**Required work:** In the listing beneath this line, copy exactly the lines starting with the one containing "v -11 5.5 9" and going on through the one containing "v -1.5 5.5 5".

*** Records supplied ***

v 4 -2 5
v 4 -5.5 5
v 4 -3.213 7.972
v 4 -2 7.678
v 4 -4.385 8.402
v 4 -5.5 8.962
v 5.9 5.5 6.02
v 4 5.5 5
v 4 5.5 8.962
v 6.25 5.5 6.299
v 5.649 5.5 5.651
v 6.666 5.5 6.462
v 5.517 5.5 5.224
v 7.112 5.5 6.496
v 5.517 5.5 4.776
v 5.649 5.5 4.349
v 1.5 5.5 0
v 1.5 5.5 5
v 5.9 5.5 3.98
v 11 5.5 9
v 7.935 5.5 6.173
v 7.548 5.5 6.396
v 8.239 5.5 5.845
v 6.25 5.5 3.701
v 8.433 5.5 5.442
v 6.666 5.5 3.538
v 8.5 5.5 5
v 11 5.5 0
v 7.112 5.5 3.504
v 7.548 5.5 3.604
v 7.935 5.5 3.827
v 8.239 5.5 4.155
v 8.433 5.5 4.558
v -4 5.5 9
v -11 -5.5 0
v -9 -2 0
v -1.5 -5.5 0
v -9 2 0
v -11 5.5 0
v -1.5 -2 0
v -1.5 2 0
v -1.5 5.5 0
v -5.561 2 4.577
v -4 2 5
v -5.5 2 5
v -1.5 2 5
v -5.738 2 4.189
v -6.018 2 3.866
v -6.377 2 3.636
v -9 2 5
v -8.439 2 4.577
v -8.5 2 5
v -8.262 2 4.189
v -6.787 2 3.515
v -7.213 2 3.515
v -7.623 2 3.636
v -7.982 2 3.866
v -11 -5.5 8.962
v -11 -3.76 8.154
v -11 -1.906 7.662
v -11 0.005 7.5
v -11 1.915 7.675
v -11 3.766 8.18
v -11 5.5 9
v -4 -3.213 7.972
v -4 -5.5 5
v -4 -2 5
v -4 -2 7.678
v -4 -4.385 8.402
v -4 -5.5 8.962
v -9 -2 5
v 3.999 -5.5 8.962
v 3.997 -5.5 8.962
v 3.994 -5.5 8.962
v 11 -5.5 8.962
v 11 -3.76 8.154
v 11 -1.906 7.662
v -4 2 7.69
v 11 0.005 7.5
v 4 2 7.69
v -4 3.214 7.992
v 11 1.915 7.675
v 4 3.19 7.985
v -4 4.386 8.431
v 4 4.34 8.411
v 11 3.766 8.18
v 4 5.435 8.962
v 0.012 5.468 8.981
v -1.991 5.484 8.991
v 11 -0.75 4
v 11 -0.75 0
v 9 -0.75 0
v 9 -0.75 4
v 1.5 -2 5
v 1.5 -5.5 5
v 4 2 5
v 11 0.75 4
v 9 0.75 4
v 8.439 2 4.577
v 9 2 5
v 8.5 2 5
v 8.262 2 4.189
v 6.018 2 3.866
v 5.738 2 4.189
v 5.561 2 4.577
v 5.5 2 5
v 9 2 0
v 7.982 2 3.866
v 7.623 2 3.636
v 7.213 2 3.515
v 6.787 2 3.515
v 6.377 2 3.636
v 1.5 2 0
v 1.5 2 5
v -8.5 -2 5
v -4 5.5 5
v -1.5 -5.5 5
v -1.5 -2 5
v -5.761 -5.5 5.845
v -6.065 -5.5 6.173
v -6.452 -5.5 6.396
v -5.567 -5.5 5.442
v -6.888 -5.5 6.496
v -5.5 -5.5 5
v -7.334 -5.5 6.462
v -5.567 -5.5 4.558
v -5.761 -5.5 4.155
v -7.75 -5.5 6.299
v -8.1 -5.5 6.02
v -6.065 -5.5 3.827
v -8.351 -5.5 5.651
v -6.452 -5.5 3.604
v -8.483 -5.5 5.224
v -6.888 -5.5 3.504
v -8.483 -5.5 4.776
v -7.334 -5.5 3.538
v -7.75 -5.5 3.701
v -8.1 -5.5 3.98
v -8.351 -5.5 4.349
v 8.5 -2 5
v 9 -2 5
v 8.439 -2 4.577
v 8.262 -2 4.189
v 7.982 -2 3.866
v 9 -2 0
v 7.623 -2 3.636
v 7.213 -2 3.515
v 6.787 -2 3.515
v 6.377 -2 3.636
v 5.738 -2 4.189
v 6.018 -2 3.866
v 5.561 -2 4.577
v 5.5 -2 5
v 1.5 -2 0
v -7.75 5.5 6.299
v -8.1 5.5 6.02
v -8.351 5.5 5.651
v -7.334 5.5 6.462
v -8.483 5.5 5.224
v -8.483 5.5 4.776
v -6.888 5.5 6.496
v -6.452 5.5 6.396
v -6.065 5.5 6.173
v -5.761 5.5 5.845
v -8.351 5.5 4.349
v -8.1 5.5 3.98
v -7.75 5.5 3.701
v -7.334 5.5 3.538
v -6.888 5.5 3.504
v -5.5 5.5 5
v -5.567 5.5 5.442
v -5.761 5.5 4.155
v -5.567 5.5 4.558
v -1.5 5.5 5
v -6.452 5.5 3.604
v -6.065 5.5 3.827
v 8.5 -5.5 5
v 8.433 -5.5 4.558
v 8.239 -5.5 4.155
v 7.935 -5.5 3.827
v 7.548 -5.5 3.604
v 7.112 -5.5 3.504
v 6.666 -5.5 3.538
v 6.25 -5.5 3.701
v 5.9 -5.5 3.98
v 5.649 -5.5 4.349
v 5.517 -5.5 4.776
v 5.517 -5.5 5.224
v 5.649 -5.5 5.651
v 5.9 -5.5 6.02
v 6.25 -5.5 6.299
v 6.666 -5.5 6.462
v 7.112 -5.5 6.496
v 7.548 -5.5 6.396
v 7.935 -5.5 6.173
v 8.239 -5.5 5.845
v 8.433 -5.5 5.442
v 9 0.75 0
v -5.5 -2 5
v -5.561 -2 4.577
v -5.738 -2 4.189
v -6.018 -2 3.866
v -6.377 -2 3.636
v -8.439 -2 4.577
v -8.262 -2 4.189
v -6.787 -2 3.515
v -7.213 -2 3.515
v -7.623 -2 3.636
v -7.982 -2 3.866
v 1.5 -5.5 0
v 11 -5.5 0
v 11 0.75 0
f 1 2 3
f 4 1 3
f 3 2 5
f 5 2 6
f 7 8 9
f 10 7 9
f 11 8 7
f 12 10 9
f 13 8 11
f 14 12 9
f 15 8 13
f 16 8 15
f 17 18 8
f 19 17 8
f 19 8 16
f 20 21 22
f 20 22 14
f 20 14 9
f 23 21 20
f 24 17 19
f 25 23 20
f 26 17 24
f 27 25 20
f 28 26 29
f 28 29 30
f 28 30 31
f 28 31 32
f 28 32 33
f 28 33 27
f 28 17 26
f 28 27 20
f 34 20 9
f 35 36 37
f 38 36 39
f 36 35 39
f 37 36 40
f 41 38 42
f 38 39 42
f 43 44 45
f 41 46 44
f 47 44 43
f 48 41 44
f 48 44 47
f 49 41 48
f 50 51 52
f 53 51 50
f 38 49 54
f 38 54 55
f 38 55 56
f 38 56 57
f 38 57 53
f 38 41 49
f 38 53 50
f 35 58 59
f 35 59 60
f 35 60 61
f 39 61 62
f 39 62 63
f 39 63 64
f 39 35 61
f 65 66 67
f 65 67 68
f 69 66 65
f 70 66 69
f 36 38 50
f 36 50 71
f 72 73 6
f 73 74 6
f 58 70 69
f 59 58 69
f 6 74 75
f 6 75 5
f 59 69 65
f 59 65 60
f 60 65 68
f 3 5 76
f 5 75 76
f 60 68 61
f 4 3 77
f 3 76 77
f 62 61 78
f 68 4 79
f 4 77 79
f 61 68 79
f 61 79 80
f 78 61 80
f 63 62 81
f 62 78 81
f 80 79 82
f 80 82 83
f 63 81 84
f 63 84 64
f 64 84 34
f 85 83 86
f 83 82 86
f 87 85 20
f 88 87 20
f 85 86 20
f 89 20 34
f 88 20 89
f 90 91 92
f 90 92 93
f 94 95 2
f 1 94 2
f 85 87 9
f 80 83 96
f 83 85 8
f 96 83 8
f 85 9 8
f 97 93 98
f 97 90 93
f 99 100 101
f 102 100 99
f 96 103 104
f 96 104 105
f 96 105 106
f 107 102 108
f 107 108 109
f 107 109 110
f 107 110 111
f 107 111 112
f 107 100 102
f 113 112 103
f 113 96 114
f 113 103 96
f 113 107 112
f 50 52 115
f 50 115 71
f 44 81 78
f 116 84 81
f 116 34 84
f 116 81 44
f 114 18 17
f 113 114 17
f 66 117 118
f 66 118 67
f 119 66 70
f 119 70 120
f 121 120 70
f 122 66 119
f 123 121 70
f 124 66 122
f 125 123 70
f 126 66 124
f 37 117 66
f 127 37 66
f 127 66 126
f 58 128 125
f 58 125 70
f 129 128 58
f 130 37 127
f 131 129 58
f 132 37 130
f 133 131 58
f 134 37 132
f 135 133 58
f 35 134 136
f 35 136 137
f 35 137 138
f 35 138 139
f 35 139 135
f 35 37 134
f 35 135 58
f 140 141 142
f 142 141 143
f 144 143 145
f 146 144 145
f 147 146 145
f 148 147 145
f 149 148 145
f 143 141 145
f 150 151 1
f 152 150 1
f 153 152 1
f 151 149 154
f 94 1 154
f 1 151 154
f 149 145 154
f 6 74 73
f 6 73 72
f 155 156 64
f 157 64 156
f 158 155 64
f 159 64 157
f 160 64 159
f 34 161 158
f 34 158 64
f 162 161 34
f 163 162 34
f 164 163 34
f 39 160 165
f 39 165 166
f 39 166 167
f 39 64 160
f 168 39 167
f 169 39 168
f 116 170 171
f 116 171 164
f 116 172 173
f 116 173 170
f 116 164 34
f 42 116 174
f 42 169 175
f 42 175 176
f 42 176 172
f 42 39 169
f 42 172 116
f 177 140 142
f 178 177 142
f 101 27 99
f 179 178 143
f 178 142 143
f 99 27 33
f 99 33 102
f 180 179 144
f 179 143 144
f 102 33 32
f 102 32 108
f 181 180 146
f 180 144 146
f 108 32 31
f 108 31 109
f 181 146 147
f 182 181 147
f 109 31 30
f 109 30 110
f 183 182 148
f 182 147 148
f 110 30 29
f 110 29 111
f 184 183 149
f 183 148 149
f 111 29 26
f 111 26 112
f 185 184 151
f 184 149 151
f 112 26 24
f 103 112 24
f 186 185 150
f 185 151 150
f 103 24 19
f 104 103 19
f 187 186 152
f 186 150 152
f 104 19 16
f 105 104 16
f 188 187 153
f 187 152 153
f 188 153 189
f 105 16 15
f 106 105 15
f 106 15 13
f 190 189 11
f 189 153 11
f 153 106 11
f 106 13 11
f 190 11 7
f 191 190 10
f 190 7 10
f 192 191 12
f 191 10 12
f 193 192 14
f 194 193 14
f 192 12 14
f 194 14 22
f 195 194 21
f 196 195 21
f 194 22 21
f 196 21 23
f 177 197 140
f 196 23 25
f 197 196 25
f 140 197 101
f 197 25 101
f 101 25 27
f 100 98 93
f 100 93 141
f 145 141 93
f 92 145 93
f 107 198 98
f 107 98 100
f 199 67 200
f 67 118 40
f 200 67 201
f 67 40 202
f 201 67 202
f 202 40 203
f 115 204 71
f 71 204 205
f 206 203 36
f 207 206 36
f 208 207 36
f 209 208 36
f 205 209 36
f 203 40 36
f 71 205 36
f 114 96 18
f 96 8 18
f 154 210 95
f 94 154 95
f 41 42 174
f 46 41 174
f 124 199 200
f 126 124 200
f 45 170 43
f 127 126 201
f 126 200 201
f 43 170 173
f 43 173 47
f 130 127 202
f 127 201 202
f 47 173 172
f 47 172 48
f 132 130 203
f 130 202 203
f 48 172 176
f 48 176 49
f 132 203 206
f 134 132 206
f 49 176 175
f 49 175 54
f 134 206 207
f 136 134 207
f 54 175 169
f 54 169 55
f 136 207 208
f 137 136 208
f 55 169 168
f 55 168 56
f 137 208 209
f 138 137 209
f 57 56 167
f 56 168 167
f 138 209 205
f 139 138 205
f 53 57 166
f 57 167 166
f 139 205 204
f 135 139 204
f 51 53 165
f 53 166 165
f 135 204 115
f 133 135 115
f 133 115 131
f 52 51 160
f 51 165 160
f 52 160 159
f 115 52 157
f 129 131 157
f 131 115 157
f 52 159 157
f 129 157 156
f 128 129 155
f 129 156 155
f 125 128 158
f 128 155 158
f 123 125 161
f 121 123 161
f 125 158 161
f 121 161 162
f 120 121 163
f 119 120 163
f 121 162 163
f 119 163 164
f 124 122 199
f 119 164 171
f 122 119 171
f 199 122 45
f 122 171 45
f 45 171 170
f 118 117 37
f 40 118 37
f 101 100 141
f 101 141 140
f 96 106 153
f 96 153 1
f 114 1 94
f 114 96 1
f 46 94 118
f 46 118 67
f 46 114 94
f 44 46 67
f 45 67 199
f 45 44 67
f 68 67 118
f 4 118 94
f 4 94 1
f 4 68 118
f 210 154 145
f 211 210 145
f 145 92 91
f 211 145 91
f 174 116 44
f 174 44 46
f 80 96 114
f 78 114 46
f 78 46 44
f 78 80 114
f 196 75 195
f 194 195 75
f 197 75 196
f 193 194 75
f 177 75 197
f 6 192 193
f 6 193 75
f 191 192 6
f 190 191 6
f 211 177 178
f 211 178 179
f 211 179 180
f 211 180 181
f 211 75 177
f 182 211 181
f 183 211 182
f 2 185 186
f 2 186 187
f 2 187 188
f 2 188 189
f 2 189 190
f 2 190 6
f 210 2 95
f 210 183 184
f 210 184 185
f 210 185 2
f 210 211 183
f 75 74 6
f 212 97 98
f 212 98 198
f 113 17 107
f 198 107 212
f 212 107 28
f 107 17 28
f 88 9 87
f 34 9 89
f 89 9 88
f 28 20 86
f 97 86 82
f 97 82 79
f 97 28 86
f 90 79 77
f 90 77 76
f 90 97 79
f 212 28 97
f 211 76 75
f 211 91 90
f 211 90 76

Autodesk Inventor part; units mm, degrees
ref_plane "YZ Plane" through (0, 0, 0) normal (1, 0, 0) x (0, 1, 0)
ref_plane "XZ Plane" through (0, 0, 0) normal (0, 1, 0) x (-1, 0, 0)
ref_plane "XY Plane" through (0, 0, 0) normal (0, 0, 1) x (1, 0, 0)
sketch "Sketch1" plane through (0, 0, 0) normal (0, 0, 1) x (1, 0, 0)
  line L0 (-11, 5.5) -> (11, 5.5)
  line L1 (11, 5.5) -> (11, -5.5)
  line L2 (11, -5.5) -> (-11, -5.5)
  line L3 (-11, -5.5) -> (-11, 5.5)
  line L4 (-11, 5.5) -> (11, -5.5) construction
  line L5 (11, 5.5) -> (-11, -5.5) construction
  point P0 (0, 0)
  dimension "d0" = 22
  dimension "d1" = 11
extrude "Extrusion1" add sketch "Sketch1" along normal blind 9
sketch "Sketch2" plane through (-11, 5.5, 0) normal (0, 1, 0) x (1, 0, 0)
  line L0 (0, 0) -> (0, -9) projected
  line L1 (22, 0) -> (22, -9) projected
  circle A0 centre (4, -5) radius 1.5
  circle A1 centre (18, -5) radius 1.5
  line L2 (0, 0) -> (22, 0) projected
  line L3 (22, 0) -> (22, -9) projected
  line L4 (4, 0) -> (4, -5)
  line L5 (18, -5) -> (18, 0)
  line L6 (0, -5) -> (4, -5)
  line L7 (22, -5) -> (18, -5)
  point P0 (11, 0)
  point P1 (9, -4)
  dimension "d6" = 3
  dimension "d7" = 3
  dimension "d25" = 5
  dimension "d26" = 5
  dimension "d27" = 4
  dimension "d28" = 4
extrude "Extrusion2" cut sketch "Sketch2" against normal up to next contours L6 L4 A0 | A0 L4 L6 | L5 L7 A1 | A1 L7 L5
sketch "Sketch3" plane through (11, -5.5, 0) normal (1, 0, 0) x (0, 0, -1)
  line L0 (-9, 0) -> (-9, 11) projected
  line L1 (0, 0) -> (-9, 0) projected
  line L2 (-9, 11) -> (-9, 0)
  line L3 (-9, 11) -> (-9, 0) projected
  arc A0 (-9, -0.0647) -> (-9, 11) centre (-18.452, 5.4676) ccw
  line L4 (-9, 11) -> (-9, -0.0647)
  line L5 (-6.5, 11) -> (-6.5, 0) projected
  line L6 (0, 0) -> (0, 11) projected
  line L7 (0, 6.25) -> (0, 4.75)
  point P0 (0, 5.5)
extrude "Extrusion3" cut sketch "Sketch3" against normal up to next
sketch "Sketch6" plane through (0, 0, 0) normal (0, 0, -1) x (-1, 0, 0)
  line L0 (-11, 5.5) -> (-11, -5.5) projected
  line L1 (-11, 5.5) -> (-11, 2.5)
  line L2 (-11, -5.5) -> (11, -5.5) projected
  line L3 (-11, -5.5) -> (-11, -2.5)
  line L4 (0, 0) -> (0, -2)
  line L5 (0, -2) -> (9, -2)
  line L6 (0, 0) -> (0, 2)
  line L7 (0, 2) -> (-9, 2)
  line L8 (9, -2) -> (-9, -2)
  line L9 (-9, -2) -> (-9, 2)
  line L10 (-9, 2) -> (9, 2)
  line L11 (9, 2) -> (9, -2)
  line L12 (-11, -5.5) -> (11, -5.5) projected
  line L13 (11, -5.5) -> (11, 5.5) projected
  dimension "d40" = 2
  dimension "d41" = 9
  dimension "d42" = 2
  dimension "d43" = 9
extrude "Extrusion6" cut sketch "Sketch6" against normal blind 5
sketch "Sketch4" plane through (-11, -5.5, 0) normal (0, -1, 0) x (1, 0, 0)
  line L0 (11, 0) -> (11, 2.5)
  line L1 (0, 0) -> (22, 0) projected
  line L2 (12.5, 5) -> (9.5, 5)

*** End of Records supplied ***

**Response to this task:**
v -11 5.5 9
v -4 -3.213 7.972
v -4 -5.5 5
v -4 -2 5
v -4 -2 7.678
v -4 -4.385 8.402
v -4 -5.5 8.962
v -9 -2 5
v 3.999 -5.5 8.962
v 3.997 -5.5 8.962
v 3.994 -5.5 8.962
v 11 -5.5 8.962
v 11 -3.76 8.154
v 11 -1.906 7.662
v -4 2 7.69
v 11 0.005 7.5
v 4 2 7.69
v -4 3.214 7.992
v 11 1.915 7.675
v 4 3.19 7.985
v -4 4.386 8.431
v 4 4.34 8.411
v 11 3.766 8.18
v 4 5.435 8.962
v 0.012 5.468 8.981
v -1.991 5.484 8.991
v 11 -0.75 4
v 11 -0.75 0
v 9 -0.75 0
v 9 -0.75 4
v 1.5 -2 5
v 1.5 -5.5 5
v 4 2 5
v 11 0.75 4
v 9 0.75 4
v 8.439 2 4.577
v 9 2 5
v 8.5 2 5
v 8.262 2 4.189
v 6.018 2 3.866
v 5.738 2 4.189
v 5.561 2 4.577
v 5.5 2 5
v 9 2 0
v 7.982 2 3.866
v 7.623 2 3.636
v 7.213 2 3.515
v 6.787 2 3.515
v 6.377 2 3.636
v 1.5 2 0
v 1.5 2 5
v -8.5 -2 5
v -4 5.5 5
v -1.5 -5.5 5
v -1.5 -2 5
v -5.761 -5.5 5.845
v -6.065 -5.5 6.173
v -6.452 -5.5 6.396
v -5.567 -5.5 5.442
v -6.888 -5.5 6.496
v -5.5 -5.5 5
v -7.334 -5.5 6.462
v -5.567 -5.5 4.558
v -5.761 -5.5 4.155
v -7.75 -5.5 6.299
v -8.1 -5.5 6.02
v -6.065 -5.5 3.827
v -8.351 -5.5 5.651
v -6.452 -5.5 3.604
v -8.483 -5.5 5.224
v -6.888 -5.5 3.504
v -8.483 -5.5 4.776
v -7.334 -5.5 3.538
v -7.75 -5.5 3.701
v -8.1 -5.5 3.98
v -8.351 -5.5 4.349
v 8.5 -2 5
v 9 -2 5
v 8.439 -2 4.577
v 8.262 -2 4.189
v 7.982 -2 3.866
v 9 -2 0
v 7.623 -2 3.636
v 7.213 -2 3.515
v 6.787 -2 3.515
v 6.377 -2 3.636
v 5.738 -2 4.189
v 6.018 -2 3.866
v 5.561 -2 4.577
v 5.5 -2 5
v 1.5 -2 0
v -7.75 5.5 6.299
v -8.1 5.5 6.02
v -8.351 5.5 5.651
v -7.334 5.5 6.462
v -8.483 5.5 5.224
v -8.483 5.5 4.776
v -6.888 5.5 6.496
v -6.452 5.5 6.396
v -6.065 5.5 6.173
v -5.761 5.5 5.845
v -8.351 5.5 4.349
v -8.1 5.5 3.98
v -7.75 5.5 3.701
v -7.334 5.5 3.538
v -6.888 5.5 3.504
v -5.5 5.5 5
v -5.567 5.5 5.442
v -5.761 5.5 4.155
v -5.567 5.5 4.558
v -1.5 5.5 5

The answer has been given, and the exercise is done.